Top of RECORDED DATA

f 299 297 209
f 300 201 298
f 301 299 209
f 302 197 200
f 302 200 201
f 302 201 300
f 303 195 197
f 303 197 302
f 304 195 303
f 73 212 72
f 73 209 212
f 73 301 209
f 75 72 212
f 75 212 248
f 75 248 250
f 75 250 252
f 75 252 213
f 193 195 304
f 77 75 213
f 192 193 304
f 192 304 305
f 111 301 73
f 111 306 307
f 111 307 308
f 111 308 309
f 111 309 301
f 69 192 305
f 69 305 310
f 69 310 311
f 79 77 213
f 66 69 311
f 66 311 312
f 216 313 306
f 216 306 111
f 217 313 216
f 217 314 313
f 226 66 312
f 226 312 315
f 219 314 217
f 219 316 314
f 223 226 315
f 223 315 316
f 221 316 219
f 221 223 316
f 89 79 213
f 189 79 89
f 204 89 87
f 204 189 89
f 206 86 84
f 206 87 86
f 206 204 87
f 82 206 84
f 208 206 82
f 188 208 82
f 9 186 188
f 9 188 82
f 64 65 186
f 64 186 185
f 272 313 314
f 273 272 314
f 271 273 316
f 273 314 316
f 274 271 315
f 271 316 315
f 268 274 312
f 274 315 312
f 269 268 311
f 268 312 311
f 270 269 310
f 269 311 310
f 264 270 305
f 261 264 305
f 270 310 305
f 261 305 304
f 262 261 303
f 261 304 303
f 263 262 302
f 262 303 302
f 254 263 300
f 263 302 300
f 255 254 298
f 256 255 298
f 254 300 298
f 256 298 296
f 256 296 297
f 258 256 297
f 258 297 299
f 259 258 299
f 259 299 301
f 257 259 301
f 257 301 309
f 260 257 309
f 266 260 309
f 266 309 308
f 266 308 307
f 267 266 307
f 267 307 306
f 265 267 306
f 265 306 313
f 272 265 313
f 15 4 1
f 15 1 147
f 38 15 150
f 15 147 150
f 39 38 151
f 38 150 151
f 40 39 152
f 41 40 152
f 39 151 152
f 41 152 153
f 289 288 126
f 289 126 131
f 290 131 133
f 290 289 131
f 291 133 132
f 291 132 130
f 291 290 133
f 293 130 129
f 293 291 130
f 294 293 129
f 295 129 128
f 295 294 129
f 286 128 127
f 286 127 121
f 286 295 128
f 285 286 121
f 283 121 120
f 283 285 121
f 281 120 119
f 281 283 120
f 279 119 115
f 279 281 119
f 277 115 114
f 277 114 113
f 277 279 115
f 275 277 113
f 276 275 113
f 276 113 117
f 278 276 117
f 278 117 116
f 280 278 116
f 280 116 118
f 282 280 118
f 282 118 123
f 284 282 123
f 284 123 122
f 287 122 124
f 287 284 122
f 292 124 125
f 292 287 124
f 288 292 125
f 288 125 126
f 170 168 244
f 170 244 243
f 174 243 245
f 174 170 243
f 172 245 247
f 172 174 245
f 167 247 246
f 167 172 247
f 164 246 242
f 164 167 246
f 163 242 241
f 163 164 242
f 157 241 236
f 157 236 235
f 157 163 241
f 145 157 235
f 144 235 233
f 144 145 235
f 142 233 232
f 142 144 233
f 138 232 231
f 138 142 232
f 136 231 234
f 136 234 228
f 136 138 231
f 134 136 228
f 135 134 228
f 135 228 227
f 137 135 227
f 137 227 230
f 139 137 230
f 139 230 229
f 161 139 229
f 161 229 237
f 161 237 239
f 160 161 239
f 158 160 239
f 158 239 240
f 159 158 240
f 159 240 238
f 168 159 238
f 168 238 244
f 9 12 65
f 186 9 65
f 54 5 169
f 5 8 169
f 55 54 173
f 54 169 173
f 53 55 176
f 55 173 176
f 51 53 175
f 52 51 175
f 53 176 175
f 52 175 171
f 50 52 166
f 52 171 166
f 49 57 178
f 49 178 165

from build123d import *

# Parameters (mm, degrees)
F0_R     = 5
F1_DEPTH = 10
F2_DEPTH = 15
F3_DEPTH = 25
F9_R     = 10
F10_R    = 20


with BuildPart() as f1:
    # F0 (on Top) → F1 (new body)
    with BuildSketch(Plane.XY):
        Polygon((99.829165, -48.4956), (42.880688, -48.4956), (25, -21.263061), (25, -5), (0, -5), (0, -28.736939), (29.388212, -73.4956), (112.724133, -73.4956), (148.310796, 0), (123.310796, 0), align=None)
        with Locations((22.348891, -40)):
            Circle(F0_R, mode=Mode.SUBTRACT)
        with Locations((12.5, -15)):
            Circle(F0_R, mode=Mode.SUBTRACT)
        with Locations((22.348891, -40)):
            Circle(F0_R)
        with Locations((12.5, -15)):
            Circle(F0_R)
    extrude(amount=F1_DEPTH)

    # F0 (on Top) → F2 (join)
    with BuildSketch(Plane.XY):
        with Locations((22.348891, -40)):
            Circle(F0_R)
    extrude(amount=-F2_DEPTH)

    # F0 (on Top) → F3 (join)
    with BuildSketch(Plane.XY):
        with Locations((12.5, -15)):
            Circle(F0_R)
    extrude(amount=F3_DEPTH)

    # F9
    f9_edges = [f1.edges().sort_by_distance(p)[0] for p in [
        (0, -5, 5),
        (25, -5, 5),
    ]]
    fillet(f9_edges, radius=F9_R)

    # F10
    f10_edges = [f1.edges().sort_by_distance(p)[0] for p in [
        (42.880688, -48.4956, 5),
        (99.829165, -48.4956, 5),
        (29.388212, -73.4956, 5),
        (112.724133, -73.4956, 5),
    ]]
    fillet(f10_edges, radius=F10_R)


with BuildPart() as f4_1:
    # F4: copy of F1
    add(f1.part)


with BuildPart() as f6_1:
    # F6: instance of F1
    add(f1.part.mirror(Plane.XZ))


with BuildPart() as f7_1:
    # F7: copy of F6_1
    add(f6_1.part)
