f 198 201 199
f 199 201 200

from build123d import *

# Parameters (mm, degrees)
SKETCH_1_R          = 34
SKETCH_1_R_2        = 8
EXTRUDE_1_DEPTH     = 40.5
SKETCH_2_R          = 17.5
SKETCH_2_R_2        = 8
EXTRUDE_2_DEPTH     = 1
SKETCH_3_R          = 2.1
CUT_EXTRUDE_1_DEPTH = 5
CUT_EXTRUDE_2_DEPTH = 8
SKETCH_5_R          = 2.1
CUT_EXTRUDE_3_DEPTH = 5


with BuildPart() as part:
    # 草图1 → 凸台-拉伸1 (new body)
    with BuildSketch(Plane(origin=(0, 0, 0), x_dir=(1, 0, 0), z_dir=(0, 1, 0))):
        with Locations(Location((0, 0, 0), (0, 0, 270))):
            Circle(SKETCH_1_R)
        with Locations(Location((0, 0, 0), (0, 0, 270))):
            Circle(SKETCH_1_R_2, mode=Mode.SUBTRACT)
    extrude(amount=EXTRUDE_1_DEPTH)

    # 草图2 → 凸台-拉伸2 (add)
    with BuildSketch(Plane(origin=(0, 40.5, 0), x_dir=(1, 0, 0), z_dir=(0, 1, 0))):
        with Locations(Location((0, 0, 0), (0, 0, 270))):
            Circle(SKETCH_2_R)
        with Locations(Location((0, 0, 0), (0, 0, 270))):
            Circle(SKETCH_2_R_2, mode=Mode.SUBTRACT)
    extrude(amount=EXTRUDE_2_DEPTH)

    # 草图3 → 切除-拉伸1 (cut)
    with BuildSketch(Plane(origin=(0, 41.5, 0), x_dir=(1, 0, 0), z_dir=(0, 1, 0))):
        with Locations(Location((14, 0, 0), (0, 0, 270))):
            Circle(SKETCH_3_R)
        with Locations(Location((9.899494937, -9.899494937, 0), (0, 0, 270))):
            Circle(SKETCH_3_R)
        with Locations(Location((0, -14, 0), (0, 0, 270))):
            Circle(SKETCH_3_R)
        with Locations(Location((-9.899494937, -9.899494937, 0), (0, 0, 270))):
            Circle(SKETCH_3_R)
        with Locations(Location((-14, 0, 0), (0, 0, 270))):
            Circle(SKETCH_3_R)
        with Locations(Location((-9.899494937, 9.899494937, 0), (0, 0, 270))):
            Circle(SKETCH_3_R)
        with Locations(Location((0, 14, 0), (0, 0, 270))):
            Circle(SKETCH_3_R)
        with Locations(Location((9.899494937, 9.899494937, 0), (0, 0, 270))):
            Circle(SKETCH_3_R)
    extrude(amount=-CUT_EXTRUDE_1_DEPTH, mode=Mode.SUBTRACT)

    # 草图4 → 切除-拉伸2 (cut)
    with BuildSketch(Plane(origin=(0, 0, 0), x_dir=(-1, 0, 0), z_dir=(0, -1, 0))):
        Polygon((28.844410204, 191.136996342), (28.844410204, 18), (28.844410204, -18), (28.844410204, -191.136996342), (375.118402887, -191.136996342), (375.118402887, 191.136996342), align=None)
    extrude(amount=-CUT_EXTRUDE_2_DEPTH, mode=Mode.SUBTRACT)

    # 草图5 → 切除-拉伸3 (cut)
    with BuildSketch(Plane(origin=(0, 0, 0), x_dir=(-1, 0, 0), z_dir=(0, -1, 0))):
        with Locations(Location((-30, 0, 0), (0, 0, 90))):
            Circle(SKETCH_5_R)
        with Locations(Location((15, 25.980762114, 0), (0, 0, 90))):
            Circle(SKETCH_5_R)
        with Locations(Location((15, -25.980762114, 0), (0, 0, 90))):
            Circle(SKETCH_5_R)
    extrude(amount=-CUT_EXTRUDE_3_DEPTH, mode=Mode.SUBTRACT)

Bottom of RECORDED DATA

ACTIVITY:
The range runs from the line above containing "f 75 248 250" to the line containing "f 291 133 132", inclusive. Restate those lines word for word and no others.

RESULT OF THE EXERCISE:
f 75 248 250
f 75 250 252
f 75 252 213
f 193 195 304
f 77 75 213
f 192 193 304
f 192 304 305
f 111 301 73
f 111 306 307
f 111 307 308
f 111 308 309
f 111 309 301
f 69 192 305
f 69 305 310
f 69 310 311
f 79 77 213
f 66 69 311
f 66 311 312
f 216 313 306
f 216 306 111
f 217 313 216
f 217 314 313
f 226 66 312
f 226 312 315
f 219 314 217
f 219 316 314
f 223 226 315
f 223 315 316
f 221 316 219
f 221 223 316
f 89 79 213
f 189 79 89
f 204 89 87
f 204 189 89
f 206 86 84
f 206 87 86
f 206 204 87
f 82 206 84
f 208 206 82
f 188 208 82
f 9 186 188
f 9 188 82
f 64 65 186
f 64 186 185
f 272 313 314
f 273 272 314
f 271 273 316
f 273 314 316
f 274 271 315
f 271 316 315
f 268 274 312
f 274 315 312
f 269 268 311
f 268 312 311
f 270 269 310
f 269 311 310
f 264 270 305
f 261 264 305
f 270 310 305
f 261 305 304
f 262 261 303
f 261 304 303
f 263 262 302
f 262 303 302
f 254 263 300
f 263 302 300
f 255 254 298
f 256 255 298
f 254 300 298
f 256 298 296
f 256 296 297
f 258 256 297
f 258 297 299
f 259 258 299
f 259 299 301
f 257 259 301
f 257 301 309
f 260 257 309
f 266 260 309
f 266 309 308
f 266 308 307
f 267 266 307
f 267 307 306
f 265 267 306
f 265 306 313
f 272 265 313
f 15 4 1
f 15 1 147
f 38 15 150
f 15 147 150
f 39 38 151
f 38 150 151
f 40 39 152
f 41 40 152
f 39 151 152
f 41 152 153
f 289 288 126
f 289 126 131
f 290 131 133
f 290 289 131
f 291 133 132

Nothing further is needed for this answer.